**PROBLEM STATEMENT**. Find "f 328 845 839" and "f 449 938 937" in the records below. Copy the lines holding them and every line between, exactly, and no others.
##### RECORDS PROVIDED #####
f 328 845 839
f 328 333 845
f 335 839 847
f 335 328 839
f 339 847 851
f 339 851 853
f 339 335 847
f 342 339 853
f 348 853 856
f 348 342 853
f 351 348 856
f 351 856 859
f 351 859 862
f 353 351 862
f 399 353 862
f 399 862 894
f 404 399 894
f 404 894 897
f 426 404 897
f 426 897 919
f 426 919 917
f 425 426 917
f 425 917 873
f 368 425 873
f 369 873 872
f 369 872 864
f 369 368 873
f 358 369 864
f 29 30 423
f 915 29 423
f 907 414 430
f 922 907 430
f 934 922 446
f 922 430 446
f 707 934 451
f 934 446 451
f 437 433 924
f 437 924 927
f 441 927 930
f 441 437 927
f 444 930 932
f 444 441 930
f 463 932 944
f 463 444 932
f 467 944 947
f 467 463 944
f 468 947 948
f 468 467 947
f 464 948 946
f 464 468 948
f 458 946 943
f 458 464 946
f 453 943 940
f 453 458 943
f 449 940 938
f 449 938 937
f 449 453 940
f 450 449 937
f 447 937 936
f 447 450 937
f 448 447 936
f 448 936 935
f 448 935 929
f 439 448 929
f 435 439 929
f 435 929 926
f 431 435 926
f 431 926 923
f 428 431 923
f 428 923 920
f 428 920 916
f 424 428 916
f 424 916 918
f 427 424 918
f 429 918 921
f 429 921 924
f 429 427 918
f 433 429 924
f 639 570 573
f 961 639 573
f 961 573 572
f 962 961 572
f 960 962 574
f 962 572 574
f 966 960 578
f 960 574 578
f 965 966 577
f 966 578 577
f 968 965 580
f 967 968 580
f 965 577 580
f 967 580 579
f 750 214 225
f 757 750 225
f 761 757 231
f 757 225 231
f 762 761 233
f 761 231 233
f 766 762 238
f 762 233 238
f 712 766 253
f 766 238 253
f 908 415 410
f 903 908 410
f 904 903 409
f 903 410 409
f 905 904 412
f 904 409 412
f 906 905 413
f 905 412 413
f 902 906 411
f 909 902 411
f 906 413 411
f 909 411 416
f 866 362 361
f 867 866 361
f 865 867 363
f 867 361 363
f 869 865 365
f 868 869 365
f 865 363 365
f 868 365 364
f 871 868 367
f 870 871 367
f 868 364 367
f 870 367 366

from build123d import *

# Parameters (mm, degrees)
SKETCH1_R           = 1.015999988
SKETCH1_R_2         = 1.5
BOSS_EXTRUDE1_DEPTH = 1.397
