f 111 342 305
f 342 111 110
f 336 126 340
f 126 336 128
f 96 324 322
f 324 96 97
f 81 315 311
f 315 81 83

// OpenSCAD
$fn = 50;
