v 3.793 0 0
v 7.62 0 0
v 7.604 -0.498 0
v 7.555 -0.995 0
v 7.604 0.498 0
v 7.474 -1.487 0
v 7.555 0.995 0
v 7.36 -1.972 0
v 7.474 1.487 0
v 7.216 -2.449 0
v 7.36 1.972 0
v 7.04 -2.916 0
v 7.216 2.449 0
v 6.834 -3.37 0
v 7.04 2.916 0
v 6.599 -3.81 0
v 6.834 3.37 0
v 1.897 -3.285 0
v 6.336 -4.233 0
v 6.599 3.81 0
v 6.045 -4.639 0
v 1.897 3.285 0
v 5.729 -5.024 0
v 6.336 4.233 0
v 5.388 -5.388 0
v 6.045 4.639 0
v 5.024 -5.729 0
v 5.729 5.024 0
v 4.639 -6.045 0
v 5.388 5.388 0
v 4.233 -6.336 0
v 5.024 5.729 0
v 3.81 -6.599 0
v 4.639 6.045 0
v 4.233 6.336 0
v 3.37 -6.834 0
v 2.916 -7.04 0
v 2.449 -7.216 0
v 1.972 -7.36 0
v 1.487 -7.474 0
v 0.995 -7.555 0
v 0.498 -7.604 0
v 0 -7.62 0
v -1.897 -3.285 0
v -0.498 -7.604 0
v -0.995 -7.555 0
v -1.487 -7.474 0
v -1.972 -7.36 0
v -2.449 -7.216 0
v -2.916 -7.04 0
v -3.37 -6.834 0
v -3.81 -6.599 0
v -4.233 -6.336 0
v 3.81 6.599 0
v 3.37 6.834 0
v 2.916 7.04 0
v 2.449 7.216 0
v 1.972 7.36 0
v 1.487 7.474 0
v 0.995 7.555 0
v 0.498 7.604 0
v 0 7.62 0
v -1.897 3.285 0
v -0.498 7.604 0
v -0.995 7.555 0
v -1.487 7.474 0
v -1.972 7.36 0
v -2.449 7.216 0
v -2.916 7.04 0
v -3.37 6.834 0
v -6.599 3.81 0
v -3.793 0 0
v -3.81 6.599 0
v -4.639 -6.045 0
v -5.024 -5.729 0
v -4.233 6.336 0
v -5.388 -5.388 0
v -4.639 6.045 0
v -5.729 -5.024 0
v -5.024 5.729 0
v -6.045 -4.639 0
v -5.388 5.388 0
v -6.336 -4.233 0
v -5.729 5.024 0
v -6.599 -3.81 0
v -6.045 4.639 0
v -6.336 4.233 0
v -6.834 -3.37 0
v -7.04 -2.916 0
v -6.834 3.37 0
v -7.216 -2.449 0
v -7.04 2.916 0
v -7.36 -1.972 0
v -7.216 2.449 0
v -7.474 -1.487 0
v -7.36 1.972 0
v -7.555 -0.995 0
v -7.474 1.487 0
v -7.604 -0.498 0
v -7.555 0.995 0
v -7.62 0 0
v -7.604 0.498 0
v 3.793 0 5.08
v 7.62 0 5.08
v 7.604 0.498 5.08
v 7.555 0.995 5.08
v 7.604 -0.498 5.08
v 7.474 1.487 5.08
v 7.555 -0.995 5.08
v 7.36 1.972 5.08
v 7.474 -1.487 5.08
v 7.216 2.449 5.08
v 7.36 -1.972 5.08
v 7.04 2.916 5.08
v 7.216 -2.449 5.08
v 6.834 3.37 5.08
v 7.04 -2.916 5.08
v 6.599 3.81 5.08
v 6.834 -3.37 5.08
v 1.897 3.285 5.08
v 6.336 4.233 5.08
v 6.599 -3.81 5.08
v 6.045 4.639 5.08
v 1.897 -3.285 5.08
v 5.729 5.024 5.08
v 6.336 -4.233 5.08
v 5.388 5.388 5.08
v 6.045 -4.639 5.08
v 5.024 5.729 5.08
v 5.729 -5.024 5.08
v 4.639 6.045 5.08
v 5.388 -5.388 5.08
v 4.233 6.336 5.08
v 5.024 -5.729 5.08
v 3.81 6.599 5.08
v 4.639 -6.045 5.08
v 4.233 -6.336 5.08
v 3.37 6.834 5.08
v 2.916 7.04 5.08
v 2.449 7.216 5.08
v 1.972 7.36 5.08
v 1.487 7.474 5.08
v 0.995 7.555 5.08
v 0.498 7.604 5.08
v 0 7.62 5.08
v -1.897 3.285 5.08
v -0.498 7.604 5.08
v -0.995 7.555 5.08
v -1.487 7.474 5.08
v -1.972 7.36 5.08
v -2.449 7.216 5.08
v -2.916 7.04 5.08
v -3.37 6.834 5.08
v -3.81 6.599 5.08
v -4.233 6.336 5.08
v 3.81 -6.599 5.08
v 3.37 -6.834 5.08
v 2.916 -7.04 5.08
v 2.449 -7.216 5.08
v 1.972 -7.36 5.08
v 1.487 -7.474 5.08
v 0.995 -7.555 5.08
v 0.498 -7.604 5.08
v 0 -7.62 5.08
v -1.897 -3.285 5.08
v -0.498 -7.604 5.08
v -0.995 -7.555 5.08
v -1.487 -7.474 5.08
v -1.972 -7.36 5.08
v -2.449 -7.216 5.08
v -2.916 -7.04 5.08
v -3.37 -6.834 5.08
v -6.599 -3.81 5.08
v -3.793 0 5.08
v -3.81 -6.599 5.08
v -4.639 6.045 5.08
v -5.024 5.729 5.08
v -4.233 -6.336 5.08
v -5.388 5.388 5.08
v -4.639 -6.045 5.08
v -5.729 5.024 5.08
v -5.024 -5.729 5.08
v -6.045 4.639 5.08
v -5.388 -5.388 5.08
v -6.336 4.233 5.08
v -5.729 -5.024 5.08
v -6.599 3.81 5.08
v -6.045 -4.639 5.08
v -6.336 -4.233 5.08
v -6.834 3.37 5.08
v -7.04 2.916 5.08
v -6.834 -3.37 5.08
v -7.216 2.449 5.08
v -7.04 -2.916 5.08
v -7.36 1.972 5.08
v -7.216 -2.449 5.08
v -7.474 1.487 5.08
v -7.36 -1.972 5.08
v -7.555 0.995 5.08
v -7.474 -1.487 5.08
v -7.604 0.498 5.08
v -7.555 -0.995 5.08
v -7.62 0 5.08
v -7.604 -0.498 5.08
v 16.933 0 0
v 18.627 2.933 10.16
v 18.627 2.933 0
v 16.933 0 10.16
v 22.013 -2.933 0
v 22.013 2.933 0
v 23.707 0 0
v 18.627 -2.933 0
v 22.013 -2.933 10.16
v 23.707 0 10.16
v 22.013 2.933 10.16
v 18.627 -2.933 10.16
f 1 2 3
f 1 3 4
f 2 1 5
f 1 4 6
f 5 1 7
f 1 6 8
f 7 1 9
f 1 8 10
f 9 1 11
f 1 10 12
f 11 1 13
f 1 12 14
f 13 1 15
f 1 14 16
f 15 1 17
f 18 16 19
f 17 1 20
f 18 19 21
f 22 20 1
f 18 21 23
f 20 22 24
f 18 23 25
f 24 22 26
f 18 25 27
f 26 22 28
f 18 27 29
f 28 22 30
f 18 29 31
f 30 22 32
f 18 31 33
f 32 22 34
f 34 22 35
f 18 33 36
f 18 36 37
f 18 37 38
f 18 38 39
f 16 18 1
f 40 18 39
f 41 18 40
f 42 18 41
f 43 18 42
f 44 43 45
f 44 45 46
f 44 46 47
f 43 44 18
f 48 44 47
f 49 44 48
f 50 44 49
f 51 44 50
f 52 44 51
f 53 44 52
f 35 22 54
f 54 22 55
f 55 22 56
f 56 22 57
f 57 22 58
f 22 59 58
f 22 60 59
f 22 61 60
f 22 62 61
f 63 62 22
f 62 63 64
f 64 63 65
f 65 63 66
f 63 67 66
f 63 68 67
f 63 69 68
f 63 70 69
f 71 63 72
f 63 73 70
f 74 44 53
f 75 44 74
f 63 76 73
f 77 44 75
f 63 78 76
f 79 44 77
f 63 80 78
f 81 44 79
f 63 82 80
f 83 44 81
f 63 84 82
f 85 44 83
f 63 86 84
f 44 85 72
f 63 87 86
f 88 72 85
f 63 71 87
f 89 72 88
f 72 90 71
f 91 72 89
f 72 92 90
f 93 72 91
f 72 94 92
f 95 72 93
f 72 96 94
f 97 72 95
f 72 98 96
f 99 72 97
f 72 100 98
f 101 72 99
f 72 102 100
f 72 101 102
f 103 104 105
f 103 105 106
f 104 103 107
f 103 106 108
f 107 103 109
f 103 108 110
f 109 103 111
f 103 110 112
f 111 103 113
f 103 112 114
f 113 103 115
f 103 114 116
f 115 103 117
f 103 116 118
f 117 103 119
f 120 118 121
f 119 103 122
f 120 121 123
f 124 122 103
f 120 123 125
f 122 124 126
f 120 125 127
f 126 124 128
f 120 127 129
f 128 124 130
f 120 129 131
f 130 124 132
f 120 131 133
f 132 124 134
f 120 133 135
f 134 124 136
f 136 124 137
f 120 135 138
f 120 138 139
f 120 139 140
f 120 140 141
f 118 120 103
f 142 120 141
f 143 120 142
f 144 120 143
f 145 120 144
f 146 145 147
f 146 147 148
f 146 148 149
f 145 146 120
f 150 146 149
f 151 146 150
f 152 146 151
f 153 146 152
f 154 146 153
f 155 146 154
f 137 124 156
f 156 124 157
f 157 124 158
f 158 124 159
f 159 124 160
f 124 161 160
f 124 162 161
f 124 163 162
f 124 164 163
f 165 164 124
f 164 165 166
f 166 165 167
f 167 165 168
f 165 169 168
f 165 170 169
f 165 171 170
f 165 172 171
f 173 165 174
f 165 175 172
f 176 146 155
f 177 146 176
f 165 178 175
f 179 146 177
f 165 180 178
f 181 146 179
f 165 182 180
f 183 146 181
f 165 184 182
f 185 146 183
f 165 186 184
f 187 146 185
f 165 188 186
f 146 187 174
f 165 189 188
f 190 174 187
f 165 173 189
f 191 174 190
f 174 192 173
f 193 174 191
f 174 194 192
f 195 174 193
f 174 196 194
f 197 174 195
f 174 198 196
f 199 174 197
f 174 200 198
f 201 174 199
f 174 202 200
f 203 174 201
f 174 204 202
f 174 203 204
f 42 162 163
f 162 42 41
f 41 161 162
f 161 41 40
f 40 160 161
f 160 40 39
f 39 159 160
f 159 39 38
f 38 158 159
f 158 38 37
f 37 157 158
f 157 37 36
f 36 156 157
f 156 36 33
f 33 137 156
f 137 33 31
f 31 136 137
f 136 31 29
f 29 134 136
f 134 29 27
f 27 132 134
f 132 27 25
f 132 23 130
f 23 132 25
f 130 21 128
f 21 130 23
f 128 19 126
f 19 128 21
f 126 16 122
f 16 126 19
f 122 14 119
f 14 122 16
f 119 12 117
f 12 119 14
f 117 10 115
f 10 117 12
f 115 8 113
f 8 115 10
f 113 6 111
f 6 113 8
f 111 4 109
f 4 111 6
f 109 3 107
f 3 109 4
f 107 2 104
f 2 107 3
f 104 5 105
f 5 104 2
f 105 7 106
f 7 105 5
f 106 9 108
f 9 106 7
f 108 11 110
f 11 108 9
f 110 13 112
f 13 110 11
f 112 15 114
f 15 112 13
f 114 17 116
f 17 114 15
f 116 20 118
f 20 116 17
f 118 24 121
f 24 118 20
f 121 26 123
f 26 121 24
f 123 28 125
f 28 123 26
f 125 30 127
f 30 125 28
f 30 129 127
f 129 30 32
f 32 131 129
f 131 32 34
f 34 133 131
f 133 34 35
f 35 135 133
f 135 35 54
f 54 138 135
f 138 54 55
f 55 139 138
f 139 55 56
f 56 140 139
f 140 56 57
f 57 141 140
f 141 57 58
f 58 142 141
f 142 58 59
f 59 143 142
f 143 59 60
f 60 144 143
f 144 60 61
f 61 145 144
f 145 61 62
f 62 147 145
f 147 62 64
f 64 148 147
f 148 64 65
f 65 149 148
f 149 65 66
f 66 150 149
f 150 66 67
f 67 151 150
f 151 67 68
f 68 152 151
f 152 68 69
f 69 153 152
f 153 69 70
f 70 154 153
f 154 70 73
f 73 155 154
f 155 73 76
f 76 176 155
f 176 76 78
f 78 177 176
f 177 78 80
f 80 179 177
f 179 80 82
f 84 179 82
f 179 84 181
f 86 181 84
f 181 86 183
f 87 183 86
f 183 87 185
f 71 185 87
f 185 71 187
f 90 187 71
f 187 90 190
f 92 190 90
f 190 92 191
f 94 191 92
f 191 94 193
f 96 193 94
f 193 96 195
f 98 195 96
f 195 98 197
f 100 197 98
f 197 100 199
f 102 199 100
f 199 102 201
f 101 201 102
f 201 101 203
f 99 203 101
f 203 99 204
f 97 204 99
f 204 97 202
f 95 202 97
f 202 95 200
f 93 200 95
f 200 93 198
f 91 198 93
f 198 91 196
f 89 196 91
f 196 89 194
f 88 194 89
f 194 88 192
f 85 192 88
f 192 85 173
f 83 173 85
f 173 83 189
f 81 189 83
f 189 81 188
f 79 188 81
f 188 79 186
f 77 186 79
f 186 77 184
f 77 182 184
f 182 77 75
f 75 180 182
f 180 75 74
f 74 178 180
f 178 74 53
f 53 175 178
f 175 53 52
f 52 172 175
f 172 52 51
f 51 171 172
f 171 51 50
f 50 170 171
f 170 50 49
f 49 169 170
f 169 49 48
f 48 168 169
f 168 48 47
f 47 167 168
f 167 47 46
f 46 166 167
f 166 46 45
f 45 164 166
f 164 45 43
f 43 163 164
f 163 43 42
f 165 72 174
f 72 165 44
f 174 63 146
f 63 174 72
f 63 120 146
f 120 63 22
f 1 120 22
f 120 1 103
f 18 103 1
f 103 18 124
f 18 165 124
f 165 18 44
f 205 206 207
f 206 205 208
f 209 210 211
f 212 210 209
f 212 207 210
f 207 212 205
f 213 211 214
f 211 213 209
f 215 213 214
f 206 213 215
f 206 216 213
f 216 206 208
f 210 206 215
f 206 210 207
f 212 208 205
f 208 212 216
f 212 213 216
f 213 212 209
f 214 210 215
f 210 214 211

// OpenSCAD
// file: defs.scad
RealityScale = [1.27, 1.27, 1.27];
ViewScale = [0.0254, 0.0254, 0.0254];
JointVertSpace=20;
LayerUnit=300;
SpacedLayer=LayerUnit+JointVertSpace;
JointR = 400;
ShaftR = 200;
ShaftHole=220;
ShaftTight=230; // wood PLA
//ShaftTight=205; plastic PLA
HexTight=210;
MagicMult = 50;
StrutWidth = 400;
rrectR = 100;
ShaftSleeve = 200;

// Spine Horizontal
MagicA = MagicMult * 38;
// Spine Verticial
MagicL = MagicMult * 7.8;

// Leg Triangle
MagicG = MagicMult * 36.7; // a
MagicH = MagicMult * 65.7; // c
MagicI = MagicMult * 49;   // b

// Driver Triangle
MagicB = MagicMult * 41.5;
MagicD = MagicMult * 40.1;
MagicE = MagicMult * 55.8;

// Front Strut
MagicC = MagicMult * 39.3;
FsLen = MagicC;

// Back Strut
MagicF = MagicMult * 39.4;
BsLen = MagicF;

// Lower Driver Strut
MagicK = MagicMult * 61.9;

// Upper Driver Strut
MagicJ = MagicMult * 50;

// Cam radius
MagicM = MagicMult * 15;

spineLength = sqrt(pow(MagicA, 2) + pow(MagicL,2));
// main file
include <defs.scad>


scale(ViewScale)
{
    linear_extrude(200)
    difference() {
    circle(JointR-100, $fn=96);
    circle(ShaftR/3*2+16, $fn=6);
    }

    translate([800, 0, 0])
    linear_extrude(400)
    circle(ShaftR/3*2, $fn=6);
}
#####
##### RECORDS PROVIDED #####
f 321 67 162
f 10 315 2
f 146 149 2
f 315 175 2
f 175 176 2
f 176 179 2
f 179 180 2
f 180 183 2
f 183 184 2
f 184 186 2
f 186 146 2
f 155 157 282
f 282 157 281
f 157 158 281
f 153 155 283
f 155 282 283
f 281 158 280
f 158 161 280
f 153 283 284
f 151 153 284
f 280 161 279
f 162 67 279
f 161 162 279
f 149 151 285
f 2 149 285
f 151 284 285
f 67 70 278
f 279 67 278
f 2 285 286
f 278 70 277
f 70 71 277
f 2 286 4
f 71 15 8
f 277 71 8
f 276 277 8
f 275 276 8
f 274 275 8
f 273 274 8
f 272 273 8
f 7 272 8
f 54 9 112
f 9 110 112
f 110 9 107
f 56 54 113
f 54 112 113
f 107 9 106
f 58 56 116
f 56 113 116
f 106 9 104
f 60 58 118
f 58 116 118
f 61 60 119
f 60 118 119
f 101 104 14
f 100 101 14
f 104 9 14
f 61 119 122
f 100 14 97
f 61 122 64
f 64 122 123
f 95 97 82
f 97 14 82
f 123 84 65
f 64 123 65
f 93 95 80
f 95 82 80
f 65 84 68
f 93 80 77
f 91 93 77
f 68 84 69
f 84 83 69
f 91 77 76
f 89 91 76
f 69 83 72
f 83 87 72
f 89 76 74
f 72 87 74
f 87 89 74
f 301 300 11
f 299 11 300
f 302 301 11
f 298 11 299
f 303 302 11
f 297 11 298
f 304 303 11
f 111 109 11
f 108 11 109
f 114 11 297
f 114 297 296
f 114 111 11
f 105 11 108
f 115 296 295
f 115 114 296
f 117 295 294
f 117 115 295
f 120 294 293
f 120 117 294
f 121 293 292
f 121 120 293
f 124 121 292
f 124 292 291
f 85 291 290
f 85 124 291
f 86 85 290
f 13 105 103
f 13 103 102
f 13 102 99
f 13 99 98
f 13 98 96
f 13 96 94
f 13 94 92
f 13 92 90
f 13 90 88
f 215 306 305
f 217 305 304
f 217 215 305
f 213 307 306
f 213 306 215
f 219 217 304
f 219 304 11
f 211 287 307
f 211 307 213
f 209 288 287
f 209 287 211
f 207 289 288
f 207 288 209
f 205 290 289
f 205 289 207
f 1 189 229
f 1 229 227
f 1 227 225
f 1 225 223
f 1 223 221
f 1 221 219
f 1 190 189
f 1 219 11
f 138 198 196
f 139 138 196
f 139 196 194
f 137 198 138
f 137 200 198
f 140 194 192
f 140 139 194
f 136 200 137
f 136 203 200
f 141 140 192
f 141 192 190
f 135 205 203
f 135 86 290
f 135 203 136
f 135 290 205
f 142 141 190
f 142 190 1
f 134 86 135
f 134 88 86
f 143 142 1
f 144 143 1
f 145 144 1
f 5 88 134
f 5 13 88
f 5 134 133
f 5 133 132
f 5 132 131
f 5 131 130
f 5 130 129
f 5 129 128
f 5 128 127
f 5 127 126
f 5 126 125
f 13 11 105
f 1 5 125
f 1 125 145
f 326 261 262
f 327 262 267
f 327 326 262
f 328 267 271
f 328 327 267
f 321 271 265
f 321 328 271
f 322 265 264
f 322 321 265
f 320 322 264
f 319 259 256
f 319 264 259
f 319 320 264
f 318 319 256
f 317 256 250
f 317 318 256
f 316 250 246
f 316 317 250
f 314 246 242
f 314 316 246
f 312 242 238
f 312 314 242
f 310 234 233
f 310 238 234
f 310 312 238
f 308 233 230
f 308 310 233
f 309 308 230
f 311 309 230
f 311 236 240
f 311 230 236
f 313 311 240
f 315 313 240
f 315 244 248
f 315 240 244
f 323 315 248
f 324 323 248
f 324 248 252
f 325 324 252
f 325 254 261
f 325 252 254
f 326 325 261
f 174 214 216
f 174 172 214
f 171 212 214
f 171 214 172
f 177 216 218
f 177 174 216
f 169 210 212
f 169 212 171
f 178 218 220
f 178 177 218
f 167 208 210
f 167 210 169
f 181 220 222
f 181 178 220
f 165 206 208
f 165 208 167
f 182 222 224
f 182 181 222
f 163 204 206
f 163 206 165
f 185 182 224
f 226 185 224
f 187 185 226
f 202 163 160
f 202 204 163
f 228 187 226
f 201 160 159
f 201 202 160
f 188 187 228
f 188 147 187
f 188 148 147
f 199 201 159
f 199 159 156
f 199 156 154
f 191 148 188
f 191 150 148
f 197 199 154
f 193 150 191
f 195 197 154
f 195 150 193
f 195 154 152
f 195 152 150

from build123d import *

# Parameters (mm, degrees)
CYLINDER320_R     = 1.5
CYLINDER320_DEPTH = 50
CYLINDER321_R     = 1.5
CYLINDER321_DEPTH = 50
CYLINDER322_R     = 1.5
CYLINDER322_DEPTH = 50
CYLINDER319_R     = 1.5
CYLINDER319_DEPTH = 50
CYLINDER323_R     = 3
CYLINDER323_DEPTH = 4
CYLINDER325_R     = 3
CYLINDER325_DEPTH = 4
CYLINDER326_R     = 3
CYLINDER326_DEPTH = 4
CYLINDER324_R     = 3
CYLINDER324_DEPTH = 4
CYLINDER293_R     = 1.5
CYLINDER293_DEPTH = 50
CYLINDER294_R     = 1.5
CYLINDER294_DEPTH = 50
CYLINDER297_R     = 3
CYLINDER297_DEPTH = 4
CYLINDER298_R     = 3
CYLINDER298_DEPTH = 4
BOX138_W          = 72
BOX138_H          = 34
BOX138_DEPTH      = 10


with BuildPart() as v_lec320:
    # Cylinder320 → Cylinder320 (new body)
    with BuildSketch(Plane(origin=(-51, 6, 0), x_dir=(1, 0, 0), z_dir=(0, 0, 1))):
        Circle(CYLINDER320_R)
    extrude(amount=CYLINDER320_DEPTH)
#####
**RESULT OF THE EXERCISE**.
f 328 845 839
f 328 333 845
f 335 839 847
f 335 328 839
f 339 847 851
f 339 851 853
f 339 335 847
f 342 339 853
f 348 853 856
f 348 342 853
f 351 348 856
f 351 856 859
f 351 859 862
f 353 351 862
f 399 353 862
f 399 862 894
f 404 399 894
f 404 894 897
f 426 404 897
f 426 897 919
f 426 919 917
f 425 426 917
f 425 917 873
f 368 425 873
f 369 873 872
f 369 872 864
f 369 368 873
f 358 369 864
f 29 30 423
f 915 29 423
f 907 414 430
f 922 907 430
f 934 922 446
f 922 430 446
f 707 934 451
f 934 446 451
f 437 433 924
f 437 924 927
f 441 927 930
f 441 437 927
f 444 930 932
f 444 441 930
f 463 932 944
f 463 444 932
f 467 944 947
f 467 463 944
f 468 947 948
f 468 467 947
f 464 948 946
f 464 468 948
f 458 946 943
f 458 464 946
f 453 943 940
f 453 458 943
f 449 940 938
f 449 938 937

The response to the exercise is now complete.